Os organizadores pretendem realizar um Fórum Social em Jerusalém. Já foi formado um grupo de trabalho para tentar realizar esta empreitada, mas Oded assume que a tarefa não é fácil: "Vai ser muito difícil, mas temos que dizer que o outro mundo que queremos é um mundo de paz. No segundo semestre será feita uma iniciativa mais efetiva para tentar levar o FSM para este espaço simbólico que é Jerusalém".
Resultados
Quanto à expectativa por uma declaração final ou por um documento com propostas, Carlos Tibúrcio, do Attac, é categórico: "O Fórum Social Mundial não fala pelos movimentos sociais do mundo. É um espaço para a construção de agendas e pontos de luta comuns. Não há obrigatoriedade de votar ou decidir ações comuns. O que se pretende aqui é mostrar que queremos quebrar a tentativa de imposição de um pensamento único, especialmente após os atentados de setembro, quando tenta-se criminalizar os que se opõem ao neoliberalismo. Queremos mostrar que os que estão aqui começam a construir um pólo de contra-poder no mundo. Cada dia mais, a sociedade civil está presente na influência sobre o futuro do mundo".

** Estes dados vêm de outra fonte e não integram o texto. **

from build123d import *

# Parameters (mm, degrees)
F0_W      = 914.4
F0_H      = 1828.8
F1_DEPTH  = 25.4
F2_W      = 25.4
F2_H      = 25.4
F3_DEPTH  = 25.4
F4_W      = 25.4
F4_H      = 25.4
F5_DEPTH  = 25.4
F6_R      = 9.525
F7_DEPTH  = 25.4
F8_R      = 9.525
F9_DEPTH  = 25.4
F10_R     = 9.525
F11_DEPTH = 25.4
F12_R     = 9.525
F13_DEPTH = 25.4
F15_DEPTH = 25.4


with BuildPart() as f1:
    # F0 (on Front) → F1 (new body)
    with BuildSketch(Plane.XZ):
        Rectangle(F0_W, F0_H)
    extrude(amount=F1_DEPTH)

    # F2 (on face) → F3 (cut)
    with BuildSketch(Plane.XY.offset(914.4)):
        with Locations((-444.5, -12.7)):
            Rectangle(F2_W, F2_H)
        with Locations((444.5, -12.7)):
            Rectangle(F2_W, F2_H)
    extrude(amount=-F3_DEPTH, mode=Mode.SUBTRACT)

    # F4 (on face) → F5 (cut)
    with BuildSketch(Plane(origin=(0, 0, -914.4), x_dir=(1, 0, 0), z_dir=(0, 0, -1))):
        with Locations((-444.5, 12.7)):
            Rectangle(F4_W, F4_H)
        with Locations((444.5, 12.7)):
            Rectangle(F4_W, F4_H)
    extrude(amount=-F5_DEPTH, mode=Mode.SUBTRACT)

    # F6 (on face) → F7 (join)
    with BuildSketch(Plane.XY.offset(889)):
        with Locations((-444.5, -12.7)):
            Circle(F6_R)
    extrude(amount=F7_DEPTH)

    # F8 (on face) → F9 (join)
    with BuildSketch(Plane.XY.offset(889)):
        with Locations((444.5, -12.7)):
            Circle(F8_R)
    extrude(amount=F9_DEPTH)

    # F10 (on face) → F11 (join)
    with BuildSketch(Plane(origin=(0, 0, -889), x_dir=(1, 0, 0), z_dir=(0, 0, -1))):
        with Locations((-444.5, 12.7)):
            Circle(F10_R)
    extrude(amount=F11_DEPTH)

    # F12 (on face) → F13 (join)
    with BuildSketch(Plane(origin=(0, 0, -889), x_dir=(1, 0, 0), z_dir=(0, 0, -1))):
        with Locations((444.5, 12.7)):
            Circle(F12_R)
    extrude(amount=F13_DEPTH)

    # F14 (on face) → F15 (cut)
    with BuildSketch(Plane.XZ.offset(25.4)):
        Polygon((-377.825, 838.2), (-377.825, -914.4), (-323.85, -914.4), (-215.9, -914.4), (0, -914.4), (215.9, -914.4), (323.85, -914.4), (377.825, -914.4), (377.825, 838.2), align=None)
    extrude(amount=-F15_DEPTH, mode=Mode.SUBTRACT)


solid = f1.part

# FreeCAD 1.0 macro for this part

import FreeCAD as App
import Part
import Sketcher

V = App.Vector
Q = App.Units.Quantity

doc = App.newDocument("Part")
body = doc.addObject("PartDesign::Body", "Body")

# Sketch on XZ plane
sketch1 = body.newObject("Sketcher::SketchObject", "Sketch")
sketch1.AttachmentSupport = (doc.getObject("XZ_Plane"), [""])
sketch1.MapMode = "FlatFace"
sketch1.addGeometry(Part.LineSegment(V(-457, 914, 0), V(-457, -914, 0)), False)
sketch1.addGeometry(Part.LineSegment(V(-457, -914, 0), V(457, -914, 0)), False)
sketch1.addGeometry(Part.LineSegment(V(457, -914, 0), V(457, 914, 0)), False)
sketch1.addGeometry(Part.LineSegment(V(457, 914, 0), V(-457, 914, 0)), False)
sketch1.addConstraint(Sketcher.Constraint("Coincident", 0, 2, 1, 1))
sketch1.addConstraint(Sketcher.Constraint("Coincident", 1, 2, 2, 1))
sketch1.addConstraint(Sketcher.Constraint("Coincident", 2, 2, 3, 1))
sketch1.addConstraint(Sketcher.Constraint("Coincident", 3, 2, 0, 1))
sketch1.addConstraint(Sketcher.Constraint("Vertical", 0))
sketch1.addConstraint(Sketcher.Constraint("Horizontal", 1))
sketch1.addConstraint(Sketcher.Constraint("Vertical", 2))
sketch1.addConstraint(Sketcher.Constraint("Horizontal", 3))
sketch1.addConstraint(Sketcher.Constraint("Symmetric", 0, 2, 2, 2, -1, 1))
sketch1.addConstraint(Sketcher.Constraint("DistanceX", 1, 1, 1, 2, Q("36 in")))
sketch1.addConstraint(Sketcher.Constraint("DistanceY", 0, 2, 0, 1, Q("72 in")))
pad1 = body.newObject("PartDesign::Pad", "Pad")
pad1.Profile = sketch1
pad1.Length = Q("1 in")

# Sketch on XY plane
sketch2 = body.newObject("Sketcher::SketchObject", "Sketch001")
sketch2.AttachmentSupport = (doc.getObject("XY_Plane"), [""])
sketch2.MapMode = "FlatFace"
sketch2.AttachmentOffset = App.Placement(V(0, 0, 36 * 25.4), App.Rotation())
sketch2.addGeometry(Part.LineSegment(V(-457, 0, 0), V(-457, -25, 0)), False)
sketch2.addGeometry(Part.LineSegment(V(-457, -25, 0), V(-432, -25, 0)), False)
sketch2.addGeometry(Part.LineSegment(V(-432, -25, 0), V(-432, 0, 0)), False)
sketch2.addGeometry(Part.LineSegment(V(-432, 0, 0), V(-457, 0, 0)), False)
sketch2.addGeometry(Part.LineSegment(V(432, 0, 0), V(432, -25, 0)), False)
sketch2.addGeometry(Part.LineSegment(V(432, -25, 0), V(457, -25, 0)), False)
sketch2.addGeometry(Part.LineSegment(V(457, -25, 0), V(457, 0, 0)), False)
sketch2.addGeometry(Part.LineSegment(V(457, 0, 0), V(432, 0, 0)), False)
sketch2.addConstraint(Sketcher.Constraint("Coincident", 0, 2, 1, 1))
sketch2.addConstraint(Sketcher.Constraint("Coincident", 1, 2, 2, 1))
sketch2.addConstraint(Sketcher.Constraint("Coincident", 2, 2, 3, 1))
sketch2.addConstraint(Sketcher.Constraint("Coincident", 3, 2, 0, 1))
sketch2.addConstraint(Sketcher.Constraint("Coincident", 4, 2, 5, 1))
sketch2.addConstraint(Sketcher.Constraint("Coincident", 5, 2, 6, 1))
sketch2.addConstraint(Sketcher.Constraint("Coincident", 6, 2, 7, 1))
sketch2.addConstraint(Sketcher.Constraint("Coincident", 7, 2, 4, 1))
sketch2.addConstraint(Sketcher.Constraint("Vertical", 0))
sketch2.addConstraint(Sketcher.Constraint("Horizontal", 1))
sketch2.addConstraint(Sketcher.Constraint("Vertical", 2))
sketch2.addConstraint(Sketcher.Constraint("Horizontal", 3))
sketch2.addConstraint(Sketcher.Constraint("Vertical", 4))
sketch2.addConstraint(Sketcher.Constraint("Horizontal", 5))
sketch2.addConstraint(Sketcher.Constraint("Vertical", 6))
sketch2.addConstraint(Sketcher.Constraint("Horizontal", 7))
sketch2.addConstraint(Sketcher.Constraint("Symmetric", 3, 2, 6, 2, -1, 1))
sketch2.addConstraint(Sketcher.Constraint("Symmetric", 1, 2, 4, 2, -2))
sketch2.addConstraint(Sketcher.Constraint("PointOnObject", 2, 2, -1))
sketch2.addConstraint(Sketcher.Constraint("Equal", 7, 0))
sketch2.addConstraint(Sketcher.Constraint("DistanceX", 1, 1, 1, 2, Q("1 in")))
sketch2.addConstraint(Sketcher.Constraint("DistanceX", 0, 2, -1, 1, Q("18 in")))
pocket1 = body.newObject("PartDesign::Pocket", "Pocket")
pocket1.Profile = sketch2
pocket1.Length = Q("1 in")

# Sketch on XY plane
sketch3 = body.newObject("Sketcher::SketchObject", "Sketch002")
sketch3.AttachmentSupport = (doc.getObject("XY_Plane"), [""])
sketch3.MapMode = "FlatFace"
sketch3.AttachmentOffset = App.Placement(V(0, 0, -36 * 25.4), App.Rotation())
sketch3.addGeometry(Part.LineSegment(V(-457, -25, 0), V(-457, 0, 0)), False)
sketch3.addGeometry(Part.LineSegment(V(-457, 0, 0), V(-432, 0, 0)), False)
sketch3.addGeometry(Part.LineSegment(V(-432, 0, 0), V(-432, -25, 0)), False)
sketch3.addGeometry(Part.LineSegment(V(-432, -25, 0), V(-457, -25, 0)), False)
sketch3.addGeometry(Part.LineSegment(V(432, -25, 0), V(432, 0, 0)), False)
sketch3.addGeometry(Part.LineSegment(V(432, 0, 0), V(457, 0, 0)), False)
sketch3.addGeometry(Part.LineSegment(V(457, 0, 0), V(457, -25, 0)), False)
sketch3.addGeometry(Part.LineSegment(V(457, -25, 0), V(432, -25, 0)), False)
sketch3.addConstraint(Sketcher.Constraint("Coincident", 0, 2, 1, 1))
sketch3.addConstraint(Sketcher.Constraint("Coincident", 1, 2, 2, 1))
sketch3.addConstraint(Sketcher.Constraint("Coincident", 2, 2, 3, 1))
sketch3.addConstraint(Sketcher.Constraint("Coincident", 3, 2, 0, 1))
sketch3.addConstraint(Sketcher.Constraint("Coincident", 4, 2, 5, 1))
sketch3.addConstraint(Sketcher.Constraint("Coincident", 5, 2, 6, 1))
sketch3.addConstraint(Sketcher.Constraint("Coincident", 6, 2, 7, 1))
sketch3.addConstraint(Sketcher.Constraint("Coincident", 7, 2, 4, 1))
sketch3.addConstraint(Sketcher.Constraint("Vertical", 0))
sketch3.addConstraint(Sketcher.Constraint("Horizontal", 1))
sketch3.addConstraint(Sketcher.Constraint("Vertical", 2))
sketch3.addConstraint(Sketcher.Constraint("Horizontal", 3))
sketch3.addConstraint(Sketcher.Constraint("Vertical", 4))
sketch3.addConstraint(Sketcher.Constraint("Horizontal", 5))
sketch3.addConstraint(Sketcher.Constraint("Vertical", 6))
sketch3.addConstraint(Sketcher.Constraint("Horizontal", 7))
sketch3.addConstraint(Sketcher.Constraint("Symmetric", 1, 2, 4, 2, -1, 1))
sketch3.addConstraint(Sketcher.Constraint("Symmetric", 0, 2, 5, 2, -2))
sketch3.addConstraint(Sketcher.Constraint("Horizontal", 3, 2, 6, 2))
sketch3.addConstraint(Sketcher.Constraint("Equal", 7, 0))
sketch3.addConstraint(Sketcher.Constraint("DistanceX", 1, 1, 1, 2, Q("1 in")))
sketch3.addConstraint(Sketcher.Constraint("DistanceX", 0, 2, -1, 1, Q("18 in")))
pocket2 = body.newObject("PartDesign::Pocket", "Pocket001")
pocket2.Profile = sketch3
pocket2.Length = Q("1 in")
pocket2.Reversed = True

# Sketch on XY plane
sketch4 = body.newObject("Sketcher::SketchObject", "Sketch003")
sketch4.AttachmentSupport = (doc.getObject("XY_Plane"), [""])
sketch4.MapMode = "FlatFace"
sketch4.AttachmentOffset = App.Placement(V(0, 0, 35 * 25.4), App.Rotation())
sketch4.addGeometry(Part.Circle(V(-444, -13, 0), V(0, 0, 1), 10), False)
sketch4.addConstraint(Sketcher.Constraint("Diameter", 0, Q("0.75 in")))
sketch4.addConstraint(Sketcher.Constraint("DistanceX", 0, 3, -1, 1, Q("17.5 in")))
sketch4.addConstraint(Sketcher.Constraint("DistanceY", 0, 3, -1, 1, Q("0.5 in")))
pad2 = body.newObject("PartDesign::Pad", "Pad001")
pad2.Profile = sketch4
pad2.Length = Q("1 in")

# Sketch on XY plane
sketch5 = body.newObject("Sketcher::SketchObject", "Sketch004")
sketch5.AttachmentSupport = (doc.getObject("XY_Plane"), [""])
sketch5.MapMode = "FlatFace"
sketch5.AttachmentOffset = App.Placement(V(0, 0, 35 * 25.4), App.Rotation())
sketch5.addGeometry(Part.Circle(V(444, -13, 0), V(0, 0, 1), 10), False)
sketch5.addConstraint(Sketcher.Constraint("Diameter", 0, Q("0.75 in")))
sketch5.addConstraint(Sketcher.Constraint("DistanceX", -1, 1, 0, 3, Q("17.5 in")))
sketch5.addConstraint(Sketcher.Constraint("DistanceY", 0, 3, -1, 1, Q("0.5 in")))
pad3 = body.newObject("PartDesign::Pad", "Pad002")
pad3.Profile = sketch5
pad3.Length = Q("1 in")

# Sketch on XY plane
sketch6 = body.newObject("Sketcher::SketchObject", "Sketch005")
sketch6.AttachmentSupport = (doc.getObject("XY_Plane"), [""])
sketch6.MapMode = "FlatFace"
sketch6.AttachmentOffset = App.Placement(V(0, 0, -35 * 25.4), App.Rotation())
sketch6.addGeometry(Part.Circle(V(-444, -13, 0), V(0, 0, 1), 10), False)
sketch6.addConstraint(Sketcher.Constraint("Diameter", 0, Q("0.75 in")))
sketch6.addConstraint(Sketcher.Constraint("DistanceX", 0, 3, -1, 1, Q("17.5 in")))
sketch6.addConstraint(Sketcher.Constraint("DistanceY", 0, 3, -1, 1, Q("0.5 in")))
pad4 = body.newObject("PartDesign::Pad", "Pad003")
pad4.Profile = sketch6
pad4.Length = Q("1 in")
pad4.Reversed = True

# Sketch on XY plane
sketch7 = body.newObject("Sketcher::SketchObject", "Sketch006")
sketch7.AttachmentSupport = (doc.getObject("XY_Plane"), [""])
sketch7.MapMode = "FlatFace"
sketch7.AttachmentOffset = App.Placement(V(0, 0, -35 * 25.4), App.Rotation())
sketch7.addGeometry(Part.Circle(V(444, -13, 0), V(0, 0, 1), 10), False)
sketch7.addConstraint(Sketcher.Constraint("Diameter", 0, Q("0.75 in")))
sketch7.addConstraint(Sketcher.Constraint("DistanceX", -1, 1, 0, 3, Q("17.5 in")))
sketch7.addConstraint(Sketcher.Constraint("DistanceY", 0, 3, -1, 1, Q("0.5 in")))
pad5 = body.newObject("PartDesign::Pad", "Pad004")
pad5.Profile = sketch7
pad5.Length = Q("1 in")
pad5.Reversed = True

# Sketch on XZ plane
sketch8 = body.newObject("Sketcher::SketchObject", "Sketch007")
sketch8.AttachmentSupport = (doc.getObject("XZ_Plane"), [""])
sketch8.MapMode = "FlatFace"
sketch8.AttachmentOffset = App.Placement(V(0, 0, 1 * 25.4), App.Rotation())
sketch8.addGeometry(Part.LineSegment(V(-378, 838, 0), V(-378, -914, 0)), False)
sketch8.addGeometry(Part.LineSegment(V(-378, -914, 0), V(378, -914, 0)), False)
sketch8.addGeometry(Part.LineSegment(V(378, -914, 0), V(378, 838, 0)), False)
sketch8.addGeometry(Part.LineSegment(V(378, 838, 0), V(-378, 838, 0)), False)
sketch8.addConstraint(Sketcher.Constraint("Coincident", 0, 2, 1, 1))
sketch8.addConstraint(Sketcher.Constraint("Coincident", 1, 2, 2, 1))
sketch8.addConstraint(Sketcher.Constraint("Coincident", 2, 2, 3, 1))
sketch8.addConstraint(Sketcher.Constraint("Coincident", 3, 2, 0, 1))
sketch8.addConstraint(Sketcher.Constraint("Vertical", 0))
sketch8.addConstraint(Sketcher.Constraint("Horizontal", 1))
sketch8.addConstraint(Sketcher.Constraint("Vertical", 2))
sketch8.addConstraint(Sketcher.Constraint("Horizontal", 3))
sketch8.addConstraint(Sketcher.Constraint("DistanceY", 0, 2, 0, 1, Q("69 in")))
sketch8.addConstraint(Sketcher.Constraint("DistanceY", 0, 2, -1, 1, Q("36 in")))
sketch8.addConstraint(Sketcher.Constraint("DistanceX", 1, 1, 1, 2, Q("29.75 in")))
sketch8.addConstraint(Sketcher.Constraint("DistanceX", 0, 2, -1, 1, Q("14.875 in")))
pocket3 = body.newObject("PartDesign::Pocket", "Pocket002")
pocket3.Profile = sketch8
pocket3.Length = Q("1 in")

doc.recompute()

Em seu discurso durante a cerimônia de abertura do Fórum, Cândido Grzybowski, do Ibase, lembrou que este evento pode trazer mudanças sem efeitos práticos a curto prazo, mas altera as condições sociais e políticas de nossa geração. Para ele, o simples fato de imaginarmos que um outro mundo é possível já é um ato de criação deste mundo. "Queremos ser parte fundamental do processo de construção do novo mundo", diz. Segundo Cândido, o desafio que se apresenta é alargarmos a nossa visão deste momento histórico e perceber as possibilidades nele contidas.
Visibilidade
Sergio Haddad, da Abong, conta que o balanço final do FSM 2001 apresentou um número de pessoas muito acima do esperado, assim como uma grande quantidade de agendas e articulações pós-Fórum. Segundo ele, hoje há mais preocupação em dar uma maior visibilidade às propostas do Fórum Social Mundial. Haddad exemplifica citando o site do evento, onde há uma grande quantidade de documentos traduzidos, e a Ciranda da Informação Independente, que possibilita um olhar plural e alternativo sobre o que acontece em Porto Alegre. Sergio assegura que o site vai ser um espaço cada vez mais importante, sendo o ponto de convergência dos resultados dos debates nos diferentes Fóruns que acontecerão a partir de 2002. Haddad tem razão sobre a importância do site: antes mesmo da abertura oficial do Fórum, a Rits (que sedia o site do evento e o da Ciranda da Informação Independente) já registrava 500 mil page views por dia no endereço do Fórum Social Mundial – comparável aos números de visitação de grandes portais comerciais.